**** Record set
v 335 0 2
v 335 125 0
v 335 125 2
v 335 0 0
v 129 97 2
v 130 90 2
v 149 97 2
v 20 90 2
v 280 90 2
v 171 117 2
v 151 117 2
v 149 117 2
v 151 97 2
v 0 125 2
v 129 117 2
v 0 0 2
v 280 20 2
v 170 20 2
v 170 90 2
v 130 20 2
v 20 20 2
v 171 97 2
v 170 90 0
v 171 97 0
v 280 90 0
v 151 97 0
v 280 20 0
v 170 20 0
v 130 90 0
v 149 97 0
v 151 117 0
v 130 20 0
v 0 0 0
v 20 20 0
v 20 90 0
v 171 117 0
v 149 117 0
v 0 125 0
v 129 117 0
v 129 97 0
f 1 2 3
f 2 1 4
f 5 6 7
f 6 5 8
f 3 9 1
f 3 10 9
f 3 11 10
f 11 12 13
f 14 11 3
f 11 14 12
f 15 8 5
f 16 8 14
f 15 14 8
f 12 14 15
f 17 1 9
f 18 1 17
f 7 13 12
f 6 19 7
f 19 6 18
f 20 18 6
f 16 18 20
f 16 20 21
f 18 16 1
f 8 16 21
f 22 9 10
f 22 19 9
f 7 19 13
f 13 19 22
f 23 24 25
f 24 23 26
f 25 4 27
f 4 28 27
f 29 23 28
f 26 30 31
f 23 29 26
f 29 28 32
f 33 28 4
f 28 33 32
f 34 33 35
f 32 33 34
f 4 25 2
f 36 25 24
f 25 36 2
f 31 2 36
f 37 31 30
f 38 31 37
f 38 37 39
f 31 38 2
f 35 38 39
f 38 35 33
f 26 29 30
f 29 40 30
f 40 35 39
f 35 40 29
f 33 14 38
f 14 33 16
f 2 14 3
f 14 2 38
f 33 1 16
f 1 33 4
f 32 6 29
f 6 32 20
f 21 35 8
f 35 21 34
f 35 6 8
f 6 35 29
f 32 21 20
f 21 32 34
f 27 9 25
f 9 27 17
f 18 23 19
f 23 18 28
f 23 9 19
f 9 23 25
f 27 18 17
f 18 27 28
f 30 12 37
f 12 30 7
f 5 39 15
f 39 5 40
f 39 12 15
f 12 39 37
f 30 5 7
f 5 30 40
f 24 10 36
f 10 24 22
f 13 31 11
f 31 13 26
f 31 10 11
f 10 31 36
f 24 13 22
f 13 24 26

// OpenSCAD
$fn = 100;

difference() {
    cube([335, 125, 2]);
    translate([20, 20, -1])
    cube([110, 70, 4]);
    translate([170, 20, -1])
    cube([110, 70, 4]);

    translate([129, 20+70+7, -1])
    cube([20, 20, 4]);
    translate([151, 20+70+7, -1])
    cube([20, 20, 4]);
}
********
_Exercise_:
Every record should be given again without alteration.

_Solution to the exercise_:
v 335 0 2
v 335 125 0
v 335 125 2
v 335 0 0
v 129 97 2
v 130 90 2
v 149 97 2
v 20 90 2
v 280 90 2
v 171 117 2
v 151 117 2
v 149 117 2
v 151 97 2
v 0 125 2
v 129 117 2
v 0 0 2
v 280 20 2
v 170 20 2
v 170 90 2
v 130 20 2
v 20 20 2
v 171 97 2
v 170 90 0
v 171 97 0
v 280 90 0
v 151 97 0
v 280 20 0
v 170 20 0
v 130 90 0
v 149 97 0
v 151 117 0
v 130 20 0
v 0 0 0
v 20 20 0
v 20 90 0
v 171 117 0
v 149 117 0
v 0 125 0
v 129 117 0
v 129 97 0
f 1 2 3
f 2 1 4
f 5 6 7
f 6 5 8
f 3 9 1
f 3 10 9
f 3 11 10
f 11 12 13
f 14 11 3
f 11 14 12
f 15 8 5
f 16 8 14
f 15 14 8
f 12 14 15
f 17 1 9
f 18 1 17
f 7 13 12
f 6 19 7
f 19 6 18
f 20 18 6
f 16 18 20
f 16 20 21
f 18 16 1
f 8 16 21
f 22 9 10
f 22 19 9
f 7 19 13
f 13 19 22
f 23 24 25
f 24 23 26
f 25 4 27
f 4 28 27
f 29 23 28
f 26 30 31
f 23 29 26
f 29 28 32
f 33 28 4
f 28 33 32
f 34 33 35
f 32 33 34
f 4 25 2
f 36 25 24
f 25 36 2
f 31 2 36
f 37 31 30
f 38 31 37
f 38 37 39
f 31 38 2
f 35 38 39
f 38 35 33
f 26 29 30
f 29 40 30
f 40 35 39
f 35 40 29
f 33 14 38
f 14 33 16
f 2 14 3
f 14 2 38
f 33 1 16
f 1 33 4
f 32 6 29
f 6 32 20
f 21 35 8
f 35 21 34
f 35 6 8
f 6 35 29
f 32 21 20
f 21 32 34
f 27 9 25
f 9 27 17
f 18 23 19
f 23 18 28
f 23 9 19
f 9 23 25
f 27 18 17
f 18 27 28
f 30 12 37
f 12 30 7
f 5 39 15
f 39 5 40
f 39 12 15
f 12 39 37
f 30 5 7
f 5 30 40
f 24 10 36
f 10 24 22
f 13 31 11
f 31 13 26
f 31 10 11
f 10 31 36
f 24 13 22
f 13 24 26

// OpenSCAD
$fn = 100;

difference() {
    cube([335, 125, 2]);
    translate([20, 20, -1])
    cube([110, 70, 4]);
    translate([170, 20, -1])
    cube([110, 70, 4]);

    translate([129, 20+70+7, -1])
    cube([20, 20, 4]);
    translate([151, 20+70+7, -1])
    cube([20, 20, 4]);
}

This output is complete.